BEGIN AVAILABLE DATA

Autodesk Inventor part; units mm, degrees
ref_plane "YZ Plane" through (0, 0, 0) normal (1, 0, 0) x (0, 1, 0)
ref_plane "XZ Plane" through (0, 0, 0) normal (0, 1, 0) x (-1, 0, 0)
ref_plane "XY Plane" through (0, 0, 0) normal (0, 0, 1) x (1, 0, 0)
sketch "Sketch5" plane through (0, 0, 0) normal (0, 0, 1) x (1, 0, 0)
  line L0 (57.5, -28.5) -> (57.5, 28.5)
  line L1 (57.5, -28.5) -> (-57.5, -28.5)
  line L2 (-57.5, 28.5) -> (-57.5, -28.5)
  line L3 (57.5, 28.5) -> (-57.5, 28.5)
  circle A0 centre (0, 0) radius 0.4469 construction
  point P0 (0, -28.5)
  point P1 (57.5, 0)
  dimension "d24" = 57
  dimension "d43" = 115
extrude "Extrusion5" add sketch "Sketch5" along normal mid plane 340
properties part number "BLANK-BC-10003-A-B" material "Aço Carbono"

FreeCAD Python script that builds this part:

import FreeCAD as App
import Part
import Sketcher
from FreeCAD import Vector

doc = App.newDocument("Part")
body = doc.addObject("PartDesign::Body", "Body")

# Sketch on XY plane
sketch1 = body.newObject("Sketcher::SketchObject", "Sketch")
sketch1.AttachmentSupport = (doc.getObject("XY_Plane"), [""])
sketch1.MapMode = "FlatFace"
sketch1.addGeometry([
    Part.LineSegment(Vector(-58, -28, 0), Vector(58, -28, 0)),
    Part.LineSegment(Vector(58, -28, 0), Vector(58, 28, 0)),
    Part.LineSegment(Vector(58, 28, 0), Vector(-58, 28, 0)),
    Part.LineSegment(Vector(-58, 28, 0), Vector(-58, -28, 0)),
], False)
sketch1.addConstraint([
    Sketcher.Constraint("Coincident", 0, 2, 1, 1),
    Sketcher.Constraint("Coincident", 1, 2, 2, 1),
    Sketcher.Constraint("Coincident", 2, 2, 3, 1),
    Sketcher.Constraint("Coincident", 3, 2, 0, 1),
    Sketcher.Constraint("Horizontal", 0),
    Sketcher.Constraint("Vertical", 1),
    Sketcher.Constraint("Horizontal", 2),
    Sketcher.Constraint("Vertical", 3),
    Sketcher.Constraint("Symmetric", 0, 2, 2, 2, -1, 1),
    Sketcher.Constraint("DistanceX", 0, 1, 0, 2, 115.0),
    Sketcher.Constraint("DistanceY", 1, 1, 1, 2, 57.0),
])
pad1 = body.newObject("PartDesign::Pad", "Pad")
pad1.Profile = sketch1
pad1.Length = 340
pad1.Midplane = True

doc.recompute()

END AVAILABLE DATA

§ TASK DETAILS
Output every record above exactly as it appears.

§ ANSWER SPACE
Autodesk Inventor part; units mm, degrees
ref_plane "YZ Plane" through (0, 0, 0) normal (1, 0, 0) x (0, 1, 0)
ref_plane "XZ Plane" through (0, 0, 0) normal (0, 1, 0) x (-1, 0, 0)
ref_plane "XY Plane" through (0, 0, 0) normal (0, 0, 1) x (1, 0, 0)
sketch "Sketch5" plane through (0, 0, 0) normal (0, 0, 1) x (1, 0, 0)
  line L0 (57.5, -28.5) -> (57.5, 28.5)
  line L1 (57.5, -28.5) -> (-57.5, -28.5)
  line L2 (-57.5, 28.5) -> (-57.5, -28.5)
  line L3 (57.5, 28.5) -> (-57.5, 28.5)
  circle A0 centre (0, 0) radius 0.4469 construction
  point P0 (0, -28.5)
  point P1 (57.5, 0)
  dimension "d24" = 57
  dimension "d43" = 115
extrude "Extrusion5" add sketch "Sketch5" along normal mid plane 340
properties part number "BLANK-BC-10003-A-B" material "Aço Carbono"

FreeCAD Python script that builds this part:

import FreeCAD as App
import Part
import Sketcher
from FreeCAD import Vector

doc = App.newDocument("Part")
body = doc.addObject("PartDesign::Body", "Body")

# Sketch on XY plane
sketch1 = body.newObject("Sketcher::SketchObject", "Sketch")
sketch1.AttachmentSupport = (doc.getObject("XY_Plane"), [""])
sketch1.MapMode = "FlatFace"
sketch1.addGeometry([
    Part.LineSegment(Vector(-58, -28, 0), Vector(58, -28, 0)),
    Part.LineSegment(Vector(58, -28, 0), Vector(58, 28, 0)),
    Part.LineSegment(Vector(58, 28, 0), Vector(-58, 28, 0)),
    Part.LineSegment(Vector(-58, 28, 0), Vector(-58, -28, 0)),
], False)
sketch1.addConstraint([
    Sketcher.Constraint("Coincident", 0, 2, 1, 1),
    Sketcher.Constraint("Coincident", 1, 2, 2, 1),
    Sketcher.Constraint("Coincident", 2, 2, 3, 1),
    Sketcher.Constraint("Coincident", 3, 2, 0, 1),
    Sketcher.Constraint("Horizontal", 0),
    Sketcher.Constraint("Vertical", 1),
    Sketcher.Constraint("Horizontal", 2),
    Sketcher.Constraint("Vertical", 3),
    Sketcher.Constraint("Symmetric", 0, 2, 2, 2, -1, 1),
    Sketcher.Constraint("DistanceX", 0, 1, 0, 2, 115.0),
    Sketcher.Constraint("DistanceY", 1, 1, 1, 2, 57.0),
])
pad1 = body.newObject("PartDesign::Pad", "Pad")
pad1.Profile = sketch1
pad1.Length = 340
pad1.Midplane = True

doc.recompute()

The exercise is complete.